* How to complete this task *
Produce an exact copy of the first line of the data below and each line after it, please, up to and including the one with "# FreeCAD 1.0 macro for this part".

- Opening Delimiter -

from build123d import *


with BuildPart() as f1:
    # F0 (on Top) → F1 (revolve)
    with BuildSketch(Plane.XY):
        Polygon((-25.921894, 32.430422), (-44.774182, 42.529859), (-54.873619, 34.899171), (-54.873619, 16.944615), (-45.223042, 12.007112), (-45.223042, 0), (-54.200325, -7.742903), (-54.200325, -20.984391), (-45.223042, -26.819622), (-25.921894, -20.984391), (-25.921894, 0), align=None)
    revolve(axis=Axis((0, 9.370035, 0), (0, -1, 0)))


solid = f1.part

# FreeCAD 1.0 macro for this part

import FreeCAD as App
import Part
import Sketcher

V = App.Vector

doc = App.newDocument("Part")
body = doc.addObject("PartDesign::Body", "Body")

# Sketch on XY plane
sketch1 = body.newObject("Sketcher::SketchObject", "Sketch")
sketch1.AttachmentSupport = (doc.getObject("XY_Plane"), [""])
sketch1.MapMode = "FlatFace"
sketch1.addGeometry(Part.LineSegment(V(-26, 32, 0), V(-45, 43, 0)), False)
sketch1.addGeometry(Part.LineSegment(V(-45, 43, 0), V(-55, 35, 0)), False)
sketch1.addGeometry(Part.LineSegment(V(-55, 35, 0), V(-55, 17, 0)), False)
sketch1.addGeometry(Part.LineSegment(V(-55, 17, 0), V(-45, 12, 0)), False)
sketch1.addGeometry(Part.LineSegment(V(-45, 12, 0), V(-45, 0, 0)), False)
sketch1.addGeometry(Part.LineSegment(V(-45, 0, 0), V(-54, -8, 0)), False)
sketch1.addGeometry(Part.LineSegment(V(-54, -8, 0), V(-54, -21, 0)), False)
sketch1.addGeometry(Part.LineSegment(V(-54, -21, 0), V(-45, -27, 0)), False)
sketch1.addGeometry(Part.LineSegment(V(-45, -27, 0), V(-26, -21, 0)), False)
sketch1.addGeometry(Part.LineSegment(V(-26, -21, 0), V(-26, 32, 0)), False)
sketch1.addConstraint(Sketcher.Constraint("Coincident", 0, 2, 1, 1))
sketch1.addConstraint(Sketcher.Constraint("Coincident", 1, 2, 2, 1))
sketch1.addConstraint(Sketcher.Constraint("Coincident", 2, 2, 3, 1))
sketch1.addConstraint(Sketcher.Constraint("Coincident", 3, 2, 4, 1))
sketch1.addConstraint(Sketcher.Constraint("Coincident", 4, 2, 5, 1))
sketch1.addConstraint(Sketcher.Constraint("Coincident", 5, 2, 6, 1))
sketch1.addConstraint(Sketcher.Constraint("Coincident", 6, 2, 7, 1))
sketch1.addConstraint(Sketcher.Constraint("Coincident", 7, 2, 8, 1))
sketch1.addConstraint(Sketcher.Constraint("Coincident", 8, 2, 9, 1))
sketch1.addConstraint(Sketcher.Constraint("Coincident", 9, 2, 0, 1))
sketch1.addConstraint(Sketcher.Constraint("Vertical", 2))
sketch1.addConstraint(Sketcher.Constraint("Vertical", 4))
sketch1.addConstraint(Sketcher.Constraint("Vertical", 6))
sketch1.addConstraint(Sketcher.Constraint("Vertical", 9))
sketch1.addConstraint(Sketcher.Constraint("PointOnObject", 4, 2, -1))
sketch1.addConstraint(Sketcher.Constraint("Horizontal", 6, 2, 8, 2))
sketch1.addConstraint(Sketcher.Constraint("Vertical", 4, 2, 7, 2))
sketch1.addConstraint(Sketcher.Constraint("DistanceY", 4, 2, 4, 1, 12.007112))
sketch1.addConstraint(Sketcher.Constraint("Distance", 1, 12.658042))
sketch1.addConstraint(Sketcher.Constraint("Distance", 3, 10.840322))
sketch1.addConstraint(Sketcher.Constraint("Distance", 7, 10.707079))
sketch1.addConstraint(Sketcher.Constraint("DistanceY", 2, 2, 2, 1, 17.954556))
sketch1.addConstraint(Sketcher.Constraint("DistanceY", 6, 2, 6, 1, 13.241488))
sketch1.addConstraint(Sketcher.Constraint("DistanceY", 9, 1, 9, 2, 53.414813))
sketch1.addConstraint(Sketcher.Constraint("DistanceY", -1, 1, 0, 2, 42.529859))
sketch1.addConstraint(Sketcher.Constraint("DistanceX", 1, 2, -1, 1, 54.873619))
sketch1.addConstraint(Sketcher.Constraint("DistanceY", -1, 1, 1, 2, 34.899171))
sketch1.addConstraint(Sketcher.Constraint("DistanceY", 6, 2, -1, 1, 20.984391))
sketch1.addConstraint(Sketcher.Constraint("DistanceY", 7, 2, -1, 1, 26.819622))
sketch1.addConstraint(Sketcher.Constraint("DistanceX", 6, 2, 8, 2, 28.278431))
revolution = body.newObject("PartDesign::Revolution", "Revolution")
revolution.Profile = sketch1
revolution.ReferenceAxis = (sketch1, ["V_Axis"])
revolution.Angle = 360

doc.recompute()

- Closing Delimiter -

* Result of this exercise *
from build123d import *


with BuildPart() as f1:
    # F0 (on Top) → F1 (revolve)
    with BuildSketch(Plane.XY):
        Polygon((-25.921894, 32.430422), (-44.774182, 42.529859), (-54.873619, 34.899171), (-54.873619, 16.944615), (-45.223042, 12.007112), (-45.223042, 0), (-54.200325, -7.742903), (-54.200325, -20.984391), (-45.223042, -26.819622), (-25.921894, -20.984391), (-25.921894, 0), align=None)
    revolve(axis=Axis((0, 9.370035, 0), (0, -1, 0)))


solid = f1.part

# FreeCAD 1.0 macro for this part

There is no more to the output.